Lysophosphatidic Acid Receptor 5 (LPAR5) Plays a Significance Role in Papillary Thyroid Cancer via Phosphatidylinositol 3-Kinase/Akt/Mammalian Target of Rapamycin (mTOR) Pathway.

BACKGROUND Thyroid cancer is the most common endocrine system malignancy. Scientists have done considerable research into the molecular mechanisms involved, but many mechanisms remain undiscovered. MATERIAL AND METHODS We performed a comprehensive analysis of the whole-transcriptome resequencing derived from thyroid tissues and paired papillary thyroid cancer (PTC) and showed that lysophosphatidic acid receptor 5 (LPAR5) is strongly overexpressed in thyroid carcinoma. Then, we used TPC-1 and KTC-1 to explore the effect of LPAR5 knockdown on colony formation, migration, proliferation, invasion, and apoptosis of PTC cell line cells. AKT activator was used for the recovery test. Finally, we designed proteomic experiments to explore the role of LPAR5 in the AKT pathway and the EMT process. RESULTS Cell function experiments showed that LPAR5 knockdown can significantly induce apoptosis of KTC-1 and TPC-1 cells. Furthermore, LPAR5 can promote PTC metastasis and tumorigenesis by activating the PI3K/AKT pathway and decreasing its cancer-promoting effect when using AKT agonist. We also found that LPAR5 can regulate the expression of EMT-related proteins, which affect invasion and migration. CONCLUSIONS In summary, downregulation of LPAR5 expression can inhibit the physiological process of PTC, and this phenomenon is related to the PI3K/AKT pathway and EMT.

Background

The morbidity rate of thyroid cancer has been gradually rising worldwide [1]. Papillary thyroid cancer (PTC) is the most common thyroid cancer and accounts for 80–85% of all thyroid cancers [2]. PTC patients have a 5-year survival rate of up to 90% and most have a good prognosis [3]. Although it has high incidence and low mortality rates, PTC still is an important therapeutic target.

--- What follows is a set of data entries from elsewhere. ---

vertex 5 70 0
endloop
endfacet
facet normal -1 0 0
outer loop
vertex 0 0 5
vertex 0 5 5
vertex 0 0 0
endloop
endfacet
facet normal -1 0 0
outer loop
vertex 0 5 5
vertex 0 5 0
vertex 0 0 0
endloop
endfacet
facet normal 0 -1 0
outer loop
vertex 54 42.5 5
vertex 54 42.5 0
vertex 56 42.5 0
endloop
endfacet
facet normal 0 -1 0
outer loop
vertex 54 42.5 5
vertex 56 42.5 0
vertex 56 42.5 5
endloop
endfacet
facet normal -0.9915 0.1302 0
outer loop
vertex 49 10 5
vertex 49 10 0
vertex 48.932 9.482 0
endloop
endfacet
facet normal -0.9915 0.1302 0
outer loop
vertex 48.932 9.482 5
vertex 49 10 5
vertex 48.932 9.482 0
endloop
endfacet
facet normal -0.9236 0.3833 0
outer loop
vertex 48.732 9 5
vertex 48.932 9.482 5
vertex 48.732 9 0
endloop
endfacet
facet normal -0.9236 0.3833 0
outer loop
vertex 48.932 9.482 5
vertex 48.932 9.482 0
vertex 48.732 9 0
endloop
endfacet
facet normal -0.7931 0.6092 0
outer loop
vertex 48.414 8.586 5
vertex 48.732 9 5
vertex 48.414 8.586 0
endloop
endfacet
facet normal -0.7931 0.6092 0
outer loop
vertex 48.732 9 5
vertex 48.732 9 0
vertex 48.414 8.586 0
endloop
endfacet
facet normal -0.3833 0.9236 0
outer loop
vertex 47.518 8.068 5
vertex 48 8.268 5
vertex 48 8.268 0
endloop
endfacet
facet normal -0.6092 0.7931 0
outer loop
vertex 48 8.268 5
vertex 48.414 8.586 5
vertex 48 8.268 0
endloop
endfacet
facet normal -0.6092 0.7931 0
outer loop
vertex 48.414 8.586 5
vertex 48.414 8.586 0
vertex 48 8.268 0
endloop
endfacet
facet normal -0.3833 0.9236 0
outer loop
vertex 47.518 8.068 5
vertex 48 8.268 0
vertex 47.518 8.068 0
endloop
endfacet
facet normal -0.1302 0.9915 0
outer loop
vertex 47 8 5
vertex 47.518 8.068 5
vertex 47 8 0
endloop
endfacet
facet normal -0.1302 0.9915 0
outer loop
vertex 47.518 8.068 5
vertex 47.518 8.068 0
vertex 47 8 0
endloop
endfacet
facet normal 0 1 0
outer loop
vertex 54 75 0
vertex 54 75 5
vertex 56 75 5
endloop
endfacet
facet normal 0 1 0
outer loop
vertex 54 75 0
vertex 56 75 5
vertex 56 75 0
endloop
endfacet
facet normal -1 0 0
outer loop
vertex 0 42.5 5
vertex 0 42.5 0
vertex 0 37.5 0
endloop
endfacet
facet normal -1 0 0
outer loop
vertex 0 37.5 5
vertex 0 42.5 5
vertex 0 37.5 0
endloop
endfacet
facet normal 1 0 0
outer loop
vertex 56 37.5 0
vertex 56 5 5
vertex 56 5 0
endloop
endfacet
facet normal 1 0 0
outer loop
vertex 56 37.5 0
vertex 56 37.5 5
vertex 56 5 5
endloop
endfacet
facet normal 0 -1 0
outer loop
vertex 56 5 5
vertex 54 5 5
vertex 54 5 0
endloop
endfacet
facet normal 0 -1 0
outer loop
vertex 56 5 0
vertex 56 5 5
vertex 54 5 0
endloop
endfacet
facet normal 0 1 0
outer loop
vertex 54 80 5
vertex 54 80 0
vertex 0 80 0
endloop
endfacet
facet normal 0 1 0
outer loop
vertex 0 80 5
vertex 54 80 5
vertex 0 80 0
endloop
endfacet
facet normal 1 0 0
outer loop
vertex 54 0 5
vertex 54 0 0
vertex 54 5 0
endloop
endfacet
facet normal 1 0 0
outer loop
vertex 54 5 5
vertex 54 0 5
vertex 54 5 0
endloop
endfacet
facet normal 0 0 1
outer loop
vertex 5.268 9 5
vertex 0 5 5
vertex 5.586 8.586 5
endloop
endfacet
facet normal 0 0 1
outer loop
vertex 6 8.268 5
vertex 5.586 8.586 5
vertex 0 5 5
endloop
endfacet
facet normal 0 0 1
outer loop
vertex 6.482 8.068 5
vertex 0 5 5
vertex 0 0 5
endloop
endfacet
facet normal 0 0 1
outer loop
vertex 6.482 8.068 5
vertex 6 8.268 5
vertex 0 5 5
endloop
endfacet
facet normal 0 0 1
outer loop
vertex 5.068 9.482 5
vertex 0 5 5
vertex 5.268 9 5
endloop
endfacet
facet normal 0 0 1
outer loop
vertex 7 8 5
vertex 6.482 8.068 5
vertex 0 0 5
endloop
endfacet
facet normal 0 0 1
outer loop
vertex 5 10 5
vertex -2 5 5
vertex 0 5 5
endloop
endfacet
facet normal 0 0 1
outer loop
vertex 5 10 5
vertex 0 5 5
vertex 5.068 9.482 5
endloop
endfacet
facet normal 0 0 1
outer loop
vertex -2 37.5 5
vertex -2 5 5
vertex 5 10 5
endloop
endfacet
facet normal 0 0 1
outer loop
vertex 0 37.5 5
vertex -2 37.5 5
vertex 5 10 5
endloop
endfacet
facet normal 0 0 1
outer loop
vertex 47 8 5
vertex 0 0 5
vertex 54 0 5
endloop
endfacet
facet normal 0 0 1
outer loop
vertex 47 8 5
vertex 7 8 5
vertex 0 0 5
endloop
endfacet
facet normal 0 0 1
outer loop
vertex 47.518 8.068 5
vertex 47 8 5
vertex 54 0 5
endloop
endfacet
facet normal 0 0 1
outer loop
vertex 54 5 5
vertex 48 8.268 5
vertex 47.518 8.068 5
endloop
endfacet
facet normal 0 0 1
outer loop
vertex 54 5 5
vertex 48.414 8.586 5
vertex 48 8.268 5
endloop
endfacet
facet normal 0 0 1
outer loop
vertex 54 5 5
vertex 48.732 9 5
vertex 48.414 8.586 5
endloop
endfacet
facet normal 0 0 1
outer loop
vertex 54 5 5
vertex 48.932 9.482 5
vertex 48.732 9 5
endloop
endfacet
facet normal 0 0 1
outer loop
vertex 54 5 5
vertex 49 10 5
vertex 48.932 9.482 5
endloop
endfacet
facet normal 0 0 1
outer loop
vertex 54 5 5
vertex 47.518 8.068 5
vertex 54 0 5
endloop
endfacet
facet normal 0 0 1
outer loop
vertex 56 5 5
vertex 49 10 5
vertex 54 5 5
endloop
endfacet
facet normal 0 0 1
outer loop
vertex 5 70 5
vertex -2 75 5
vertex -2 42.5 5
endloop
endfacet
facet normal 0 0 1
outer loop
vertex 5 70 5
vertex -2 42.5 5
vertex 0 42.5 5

The study of molecular mechanism provides extensive information on PTC. For instance, we previously discovered the major BRAF mutation in thyroid cancer [4]. Because of the substitution of valine 600 by glutamic acid (p.V600E), the major BRAF mutation is a thymine-to-adenine transversion (c.1799T>A). Mutations in BRAF oncogenes generally activate the MAPK pathway and have a 45% prevalence in PTCs [5]. PI3K, TERT, and RAS gene mutations also are involved in PTC progression [6,7].

Despite previous research, many features of PTC are still relatively unknown. In our previous research, we used 19 pairs tissue samples of PTC for bioinformatics analysis and next-generation sequencing to study its mRNA expression [8], revealing that one of the most remarkably overexpressed genes was lysophosphatidic acid receptor 5 (LPAR5).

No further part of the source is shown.